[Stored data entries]
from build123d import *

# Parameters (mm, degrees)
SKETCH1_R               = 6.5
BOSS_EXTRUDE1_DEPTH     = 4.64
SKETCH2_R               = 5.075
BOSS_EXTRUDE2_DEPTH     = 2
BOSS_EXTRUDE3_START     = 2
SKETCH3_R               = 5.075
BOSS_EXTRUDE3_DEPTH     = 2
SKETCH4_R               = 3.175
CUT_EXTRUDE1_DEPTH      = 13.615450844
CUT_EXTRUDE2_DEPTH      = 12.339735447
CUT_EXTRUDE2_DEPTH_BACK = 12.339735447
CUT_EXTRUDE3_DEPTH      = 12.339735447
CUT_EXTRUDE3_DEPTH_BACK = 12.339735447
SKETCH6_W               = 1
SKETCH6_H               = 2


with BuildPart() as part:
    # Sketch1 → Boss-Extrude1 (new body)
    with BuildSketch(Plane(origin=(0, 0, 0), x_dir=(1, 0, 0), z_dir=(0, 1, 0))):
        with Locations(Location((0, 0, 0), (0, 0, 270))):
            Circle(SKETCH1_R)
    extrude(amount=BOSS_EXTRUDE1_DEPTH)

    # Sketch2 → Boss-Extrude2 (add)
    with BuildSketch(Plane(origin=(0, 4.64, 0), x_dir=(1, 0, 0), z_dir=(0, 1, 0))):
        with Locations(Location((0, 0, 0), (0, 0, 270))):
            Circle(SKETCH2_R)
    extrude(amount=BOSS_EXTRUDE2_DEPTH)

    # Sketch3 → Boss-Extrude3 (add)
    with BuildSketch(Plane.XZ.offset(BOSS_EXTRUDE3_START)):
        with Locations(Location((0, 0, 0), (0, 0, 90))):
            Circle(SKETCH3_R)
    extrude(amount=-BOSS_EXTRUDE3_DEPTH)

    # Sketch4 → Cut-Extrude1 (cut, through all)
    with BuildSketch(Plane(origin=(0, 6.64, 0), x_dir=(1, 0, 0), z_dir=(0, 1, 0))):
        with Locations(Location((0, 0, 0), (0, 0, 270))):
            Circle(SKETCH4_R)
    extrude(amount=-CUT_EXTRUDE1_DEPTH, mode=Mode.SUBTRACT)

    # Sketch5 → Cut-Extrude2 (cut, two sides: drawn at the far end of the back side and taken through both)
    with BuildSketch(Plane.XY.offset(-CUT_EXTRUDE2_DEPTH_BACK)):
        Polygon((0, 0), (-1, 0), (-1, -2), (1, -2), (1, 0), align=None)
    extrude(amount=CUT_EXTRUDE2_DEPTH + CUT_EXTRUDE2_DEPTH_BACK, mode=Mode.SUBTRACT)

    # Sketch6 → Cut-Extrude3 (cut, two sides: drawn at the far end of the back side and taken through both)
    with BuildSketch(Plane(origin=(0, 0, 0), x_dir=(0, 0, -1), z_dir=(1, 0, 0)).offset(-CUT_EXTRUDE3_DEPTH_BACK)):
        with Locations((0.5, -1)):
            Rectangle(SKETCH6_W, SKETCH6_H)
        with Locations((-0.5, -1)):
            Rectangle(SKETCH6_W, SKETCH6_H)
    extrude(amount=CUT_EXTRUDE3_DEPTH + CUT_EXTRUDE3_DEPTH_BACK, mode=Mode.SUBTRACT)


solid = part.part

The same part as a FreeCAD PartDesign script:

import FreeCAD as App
import Part
import Sketcher
from FreeCAD import Vector


def add_polygon(sketch, points):
    """Adds a closed chain of lines whose ends are joined by coincident constraints."""
    first, n = sketch.GeometryCount, len(points)
    for a, b in zip(points, points[1:] + points[:1]):
        sketch.addGeometry(Part.LineSegment(App.Vector(*a, 0), App.Vector(*b, 0)), False)
    for i in range(n):
        sketch.addConstraint(Sketcher.Constraint("Coincident", first + i, 2, first + (i + 1) % n, 1))

doc = App.newDocument("Part")
body = doc.addObject("PartDesign::Body", "Body")

# Sketch on XZ plane
sketch1 = body.newObject("Sketcher::SketchObject", "Sketch")
sketch1.AttachmentSupport = (doc.getObject("XZ_Plane"), [""])
sketch1.MapMode = "FlatFace"
sketch1.addGeometry(Part.Circle(Vector(0, 0, 0), Vector(0, 0, 1), 6), False)
sketch1.addConstraint([
    Sketcher.Constraint("Coincident", 0, 3, -1, 1),
    Sketcher.Constraint("Diameter", 0, 13.0),
])
pad1 = body.newObject("PartDesign::Pad", "Pad")
pad1.Profile = sketch1
pad1.Length = 4.64
pad1.Reversed = True

# Sketch on XZ plane
sketch2 = body.newObject("Sketcher::SketchObject", "Sketch001")
sketch2.AttachmentSupport = (doc.getObject("XZ_Plane"), [""])
sketch2.MapMode = "FlatFace"
sketch2.AttachmentOffset = App.Placement(Vector(0, 0, -4.64), App.Rotation())
sketch2.addGeometry(Part.Circle(Vector(0, 0, 0), Vector(0, 0, 1), 5), False)
sketch2.addConstraint([
    Sketcher.Constraint("Coincident", 0, 3, -1, 1),
    Sketcher.Constraint("Diameter", 0, 10.15),
])
pad2 = body.newObject("PartDesign::Pad", "Pad001")
pad2.Profile = sketch2
pad2.Length = 2
pad2.Reversed = True

# Sketch on XZ plane
sketch3 = body.newObject("Sketcher::SketchObject", "Sketch002")
sketch3.AttachmentSupport = (doc.getObject("XZ_Plane"), [""])
sketch3.MapMode = "FlatFace"
sketch3.AttachmentOffset = App.Placement(Vector(0, 0, 2), App.Rotation())
sketch3.addGeometry(Part.Circle(Vector(0, 0, 0), Vector(0, 0, 1), 5), False)
sketch3.addConstraint([
    Sketcher.Constraint("Coincident", 0, 3, -1, 1),
    Sketcher.Constraint("Diameter", 0, 10.15),
])
pad3 = body.newObject("PartDesign::Pad", "Pad002")
pad3.Profile = sketch3
pad3.Length = 2
pad3.Reversed = True

# Sketch on XZ plane
sketch4 = body.newObject("Sketcher::SketchObject", "Sketch003")
sketch4.AttachmentSupport = (doc.getObject("XZ_Plane"), [""])
sketch4.MapMode = "FlatFace"
sketch4.AttachmentOffset = App.Placement(Vector(0, 0, -6.64), App.Rotation())
sketch4.addGeometry(Part.Circle(Vector(0, 0, 0), Vector(0, 0, 1), 3.2), False)
sketch4.addConstraint([
    Sketcher.Constraint("Coincident", 0, 3, -1, 1),
    Sketcher.Constraint("Diameter", 0, 6.35),
])
pocket1 = body.newObject("PartDesign::Pocket", "Pocket")
pocket1.Profile = sketch4
pocket1.Type = "ThroughAll"
pocket1.Reversed = True

# Sketch on XY plane
sketch5 = body.newObject("Sketcher::SketchObject", "Sketch004")
sketch5.AttachmentSupport = (doc.getObject("XY_Plane"), [""])
sketch5.MapMode = "FlatFace"
add_polygon(sketch5, [(-1, 0), (-1, -2), (1, -2), (1, 0)])  # lines 0-3
sketch5.addConstraint([
    Sketcher.Constraint("Vertical", 0),
    Sketcher.Constraint("Horizontal", 1),
    Sketcher.Constraint("Vertical", 2),
    Sketcher.Constraint("Horizontal", 3),
    Sketcher.Constraint("Symmetric", 2, 2, 3, 2, -1, 1),
    Sketcher.Constraint("Equal", 3, 0),
    Sketcher.Constraint("DistanceX", 1, 1, 1, 2, 2.0),
])
pocket2 = body.newObject("PartDesign::Pocket", "Pocket001")
pocket2.Profile = sketch5
pocket2.Type = "ThroughAll"
pocket2.Midplane = True

# Sketch on YZ plane
sketch6 = body.newObject("Sketcher::SketchObject", "Sketch005")
sketch6.AttachmentSupport = (doc.getObject("YZ_Plane"), [""])
sketch6.MapMode = "FlatFace"
add_polygon(sketch6, [(-2, -1), (0, -1), (0, 1), (-2, 1)])  # lines 0-3
sketch6.addConstraint([
    Sketcher.Constraint("Horizontal", 0),
    Sketcher.Constraint("Vertical", 1),
    Sketcher.Constraint("Horizontal", 2),
    Sketcher.Constraint("Vertical", 3),
    Sketcher.Constraint("Symmetric", 0, 2, 1, 2, -1, 1),
    Sketcher.Constraint("Equal", 2, 1),
    Sketcher.Constraint("DistanceX", 0, 1, 0, 2, 2.0),
])
pocket3 = body.newObject("PartDesign::Pocket", "Pocket002")
pocket3.Profile = sketch6
pocket3.Type = "ThroughAll"
pocket3.Midplane = True

doc.recompute()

__Work instructions__
Your task is to reproduce the entries exactly, starting at the first line and ending with the line containing "extrude(amount=BOSS_EXTRUDE2_DEPTH)".

__Your solution__
from build123d import *

# Parameters (mm, degrees)
SKETCH1_R               = 6.5
BOSS_EXTRUDE1_DEPTH     = 4.64
SKETCH2_R               = 5.075
BOSS_EXTRUDE2_DEPTH     = 2
BOSS_EXTRUDE3_START     = 2
SKETCH3_R               = 5.075
BOSS_EXTRUDE3_DEPTH     = 2
SKETCH4_R               = 3.175
CUT_EXTRUDE1_DEPTH      = 13.615450844
CUT_EXTRUDE2_DEPTH      = 12.339735447
CUT_EXTRUDE2_DEPTH_BACK = 12.339735447
CUT_EXTRUDE3_DEPTH      = 12.339735447
CUT_EXTRUDE3_DEPTH_BACK = 12.339735447
SKETCH6_W               = 1
SKETCH6_H               = 2


with BuildPart() as part:
    # Sketch1 → Boss-Extrude1 (new body)
    with BuildSketch(Plane(origin=(0, 0, 0), x_dir=(1, 0, 0), z_dir=(0, 1, 0))):
        with Locations(Location((0, 0, 0), (0, 0, 270))):
            Circle(SKETCH1_R)
    extrude(amount=BOSS_EXTRUDE1_DEPTH)

    # Sketch2 → Boss-Extrude2 (add)
    with BuildSketch(Plane(origin=(0, 4.64, 0), x_dir=(1, 0, 0), z_dir=(0, 1, 0))):
        with Locations(Location((0, 0, 0), (0, 0, 270))):
            Circle(SKETCH2_R)
    extrude(amount=BOSS_EXTRUDE2_DEPTH)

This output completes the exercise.